Adult stem cells are found in most adult tissues, such as bone marrow or fat. When compared to embryonic stem cells, these adult stem cells have a more limited ability to create various different cells for the body. Emerging research shows that adult stem cells may be able to create various cells, however. Bone marrow cells may be able to create bone or heart muscle cells, for example.
Adult stem cells are altered to be like embryonic stem cells with the use of genetic reprogramming. With altering the genes in the adult cells, researchers can reprogram them to act similarly to embryonic stem cells. For example, regular connective tissue cells can be reprogrammed to become functional heart cells. This can be very beneficial in terms of letting researchers use reprogrammed cells instead of embryonic cells to prevent immune system rejection of the new cells.
Perinatal stem cells are also emerging as an option for further research and use. These cells are found in amniotic fluid through a procedure known as amniocentesis. This procedure is done on pregnant women to test for abnormalities. These stem cells have the ability to change into specialty cells, but there is still some more studies to be done on behalf of researchers.
As with any scientific research, there are challenges and controversies when it comes to stem cell use, particularly with embryonic stem cells.
In terms of embryonic stem cells, the big controversy is that because the stem cells are extracted from early stage embryos created through in vitro fertilization, the question of ethics comes into play. However, there were guidelines created by the National Institutes of Health in 2009 that defined how the cells may be used and the exact recommendations on the donation of embryonic stem cells. These guidelines state that the stem cells from embryos can only be used when the embryo is no longer needed.

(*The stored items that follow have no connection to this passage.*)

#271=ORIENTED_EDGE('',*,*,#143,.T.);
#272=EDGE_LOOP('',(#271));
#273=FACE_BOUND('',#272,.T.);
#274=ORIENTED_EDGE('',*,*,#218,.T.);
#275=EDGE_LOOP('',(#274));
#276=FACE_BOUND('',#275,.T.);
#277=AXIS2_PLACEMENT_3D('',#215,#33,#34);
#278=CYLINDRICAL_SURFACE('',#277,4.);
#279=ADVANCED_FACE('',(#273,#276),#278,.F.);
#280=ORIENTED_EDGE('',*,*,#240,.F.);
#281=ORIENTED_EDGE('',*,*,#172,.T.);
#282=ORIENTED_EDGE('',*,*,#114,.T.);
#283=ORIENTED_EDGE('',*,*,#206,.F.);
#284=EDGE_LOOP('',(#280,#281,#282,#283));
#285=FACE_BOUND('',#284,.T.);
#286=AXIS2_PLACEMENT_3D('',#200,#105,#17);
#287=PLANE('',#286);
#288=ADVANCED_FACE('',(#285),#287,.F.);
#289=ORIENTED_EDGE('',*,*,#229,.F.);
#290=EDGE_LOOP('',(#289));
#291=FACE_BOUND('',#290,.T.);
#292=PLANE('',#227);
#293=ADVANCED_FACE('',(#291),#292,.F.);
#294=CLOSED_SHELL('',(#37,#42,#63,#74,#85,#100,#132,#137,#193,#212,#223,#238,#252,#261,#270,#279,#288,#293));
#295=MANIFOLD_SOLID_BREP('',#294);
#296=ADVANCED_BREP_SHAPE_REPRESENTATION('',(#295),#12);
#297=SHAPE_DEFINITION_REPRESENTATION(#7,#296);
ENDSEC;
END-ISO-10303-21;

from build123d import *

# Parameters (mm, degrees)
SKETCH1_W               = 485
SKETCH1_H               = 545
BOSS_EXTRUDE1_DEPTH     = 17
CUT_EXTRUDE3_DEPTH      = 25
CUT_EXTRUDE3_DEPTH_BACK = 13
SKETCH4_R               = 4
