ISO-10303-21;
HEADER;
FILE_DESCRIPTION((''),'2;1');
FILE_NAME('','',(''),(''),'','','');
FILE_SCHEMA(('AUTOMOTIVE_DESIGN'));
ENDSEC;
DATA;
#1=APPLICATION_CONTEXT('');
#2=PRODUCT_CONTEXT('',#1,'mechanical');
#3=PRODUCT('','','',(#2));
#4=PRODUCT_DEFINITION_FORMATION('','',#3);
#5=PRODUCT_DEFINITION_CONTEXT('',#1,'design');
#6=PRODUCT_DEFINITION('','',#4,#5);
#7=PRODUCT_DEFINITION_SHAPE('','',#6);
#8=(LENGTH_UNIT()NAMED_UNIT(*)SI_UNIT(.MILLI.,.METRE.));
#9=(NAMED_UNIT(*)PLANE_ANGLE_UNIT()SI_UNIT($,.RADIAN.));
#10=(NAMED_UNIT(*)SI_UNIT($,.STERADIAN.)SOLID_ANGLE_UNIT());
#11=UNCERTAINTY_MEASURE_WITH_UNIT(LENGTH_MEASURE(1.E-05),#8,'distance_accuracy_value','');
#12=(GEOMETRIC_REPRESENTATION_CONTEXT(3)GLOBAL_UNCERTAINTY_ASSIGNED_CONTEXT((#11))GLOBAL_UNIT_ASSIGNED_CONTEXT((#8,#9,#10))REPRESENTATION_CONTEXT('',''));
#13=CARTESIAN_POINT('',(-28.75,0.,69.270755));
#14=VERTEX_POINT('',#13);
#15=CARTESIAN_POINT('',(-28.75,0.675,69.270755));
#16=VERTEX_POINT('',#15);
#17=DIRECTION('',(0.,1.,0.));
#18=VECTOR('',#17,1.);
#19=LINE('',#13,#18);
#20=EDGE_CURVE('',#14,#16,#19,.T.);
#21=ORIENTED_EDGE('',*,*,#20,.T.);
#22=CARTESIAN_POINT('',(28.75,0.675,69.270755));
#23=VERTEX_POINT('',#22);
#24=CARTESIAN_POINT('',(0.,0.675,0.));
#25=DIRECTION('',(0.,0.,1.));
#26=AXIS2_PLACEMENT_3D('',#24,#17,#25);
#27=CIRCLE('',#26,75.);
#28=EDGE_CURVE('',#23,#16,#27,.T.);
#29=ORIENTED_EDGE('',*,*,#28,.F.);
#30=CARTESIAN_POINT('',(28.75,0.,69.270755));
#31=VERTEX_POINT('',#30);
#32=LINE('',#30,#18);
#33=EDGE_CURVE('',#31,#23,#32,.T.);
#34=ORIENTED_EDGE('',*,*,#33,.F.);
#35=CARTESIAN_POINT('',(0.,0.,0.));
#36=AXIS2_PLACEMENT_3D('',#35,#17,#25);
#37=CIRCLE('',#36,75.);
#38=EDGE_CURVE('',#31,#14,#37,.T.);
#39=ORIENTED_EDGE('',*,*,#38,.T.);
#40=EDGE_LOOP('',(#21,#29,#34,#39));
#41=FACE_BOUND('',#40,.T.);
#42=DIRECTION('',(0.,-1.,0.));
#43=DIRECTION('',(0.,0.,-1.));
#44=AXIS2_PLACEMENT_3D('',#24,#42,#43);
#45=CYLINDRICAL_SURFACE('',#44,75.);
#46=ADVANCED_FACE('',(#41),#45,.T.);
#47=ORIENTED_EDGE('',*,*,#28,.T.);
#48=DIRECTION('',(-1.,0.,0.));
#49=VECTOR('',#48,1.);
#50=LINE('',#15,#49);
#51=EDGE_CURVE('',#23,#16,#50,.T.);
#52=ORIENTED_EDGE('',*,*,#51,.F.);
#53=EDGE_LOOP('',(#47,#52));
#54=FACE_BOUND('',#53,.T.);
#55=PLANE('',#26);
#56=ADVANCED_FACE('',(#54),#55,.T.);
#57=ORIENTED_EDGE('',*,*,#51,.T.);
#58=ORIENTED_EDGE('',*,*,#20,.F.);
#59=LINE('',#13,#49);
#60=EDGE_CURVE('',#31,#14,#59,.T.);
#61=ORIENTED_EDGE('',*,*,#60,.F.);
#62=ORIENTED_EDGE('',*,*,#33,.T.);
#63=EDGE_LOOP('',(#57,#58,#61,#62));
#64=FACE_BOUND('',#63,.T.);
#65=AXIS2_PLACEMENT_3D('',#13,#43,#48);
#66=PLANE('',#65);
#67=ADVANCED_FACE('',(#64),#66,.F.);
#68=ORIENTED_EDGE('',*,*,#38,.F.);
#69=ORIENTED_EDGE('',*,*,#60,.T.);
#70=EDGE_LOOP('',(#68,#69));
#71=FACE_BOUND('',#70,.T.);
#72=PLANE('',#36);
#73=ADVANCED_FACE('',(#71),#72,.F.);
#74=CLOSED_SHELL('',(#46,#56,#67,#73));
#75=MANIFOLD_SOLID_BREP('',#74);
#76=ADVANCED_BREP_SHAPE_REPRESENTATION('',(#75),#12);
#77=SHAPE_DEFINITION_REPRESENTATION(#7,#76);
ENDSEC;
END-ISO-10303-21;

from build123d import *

# Parameters (mm, degrees)
SKETCH1_R           = 75
BOSS_EXTRUDE1_DEPTH = 0.675
SKETCH2_W           = 57.5
SKETCH2_H           = 28.23011143
CUT_EXTRUDE1_DEPTH  = 0.675


with BuildPart() as part:
    # Sketch1 → Boss-Extrude1 (new body)
    with BuildSketch(Plane(origin=(0, 0, 0), x_dir=(1, 0, 0), z_dir=(0, 1, 0))):
        Circle(SKETCH1_R)
    extrude(amount=BOSS_EXTRUDE1_DEPTH)

    # Sketch2 → Cut-Extrude1 (cut)
    with BuildSketch(Plane(origin=(0, 0.675, 0), x_dir=(1, 0, 0), z_dir=(0, 1, 0))):
        with Locations((0, -83.385810727)):
            Rectangle(SKETCH2_W, SKETCH2_H)
    extrude(amount=-CUT_EXTRUDE1_DEPTH, mode=Mode.SUBTRACT)


solid = part.part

Embryonic stem cells take a lot of research to learn about how they develop and also so researchers can understand how to control the cells created from them. A challenge with using embryonic stem cells is that the embryonic stem cells available today have a high likelihood of being rejected by the body.
And although some may wonder why adult stem cells can’t just be used instead, the reason why embryonic stem cells are useful for research is that the cells are more versatile and durable. Also, adult stem cells may not be as manipulative, and can contain abnormalities from environmental hazards or errors during reprogrammation.
When it comes to adult pluripotent stem cells, these can be difficult to grow in the laboratory. There is still research being done to better the process. Also, the adult stem cells are generally found in smaller quantities throughout the body, and may contain DNA abnormalities as well.
Stem cells can help researchers make greater strides in terms of combating disease and aiding with regenerative medicine. Though there are some challenges and controversies revolving around these stem cells and their origins, there is no denying that without stem cells there would be some medical advances delayed in time. With the use of stem cells, researchers will be able to reach greater scientific breakthroughs in the name of medicine.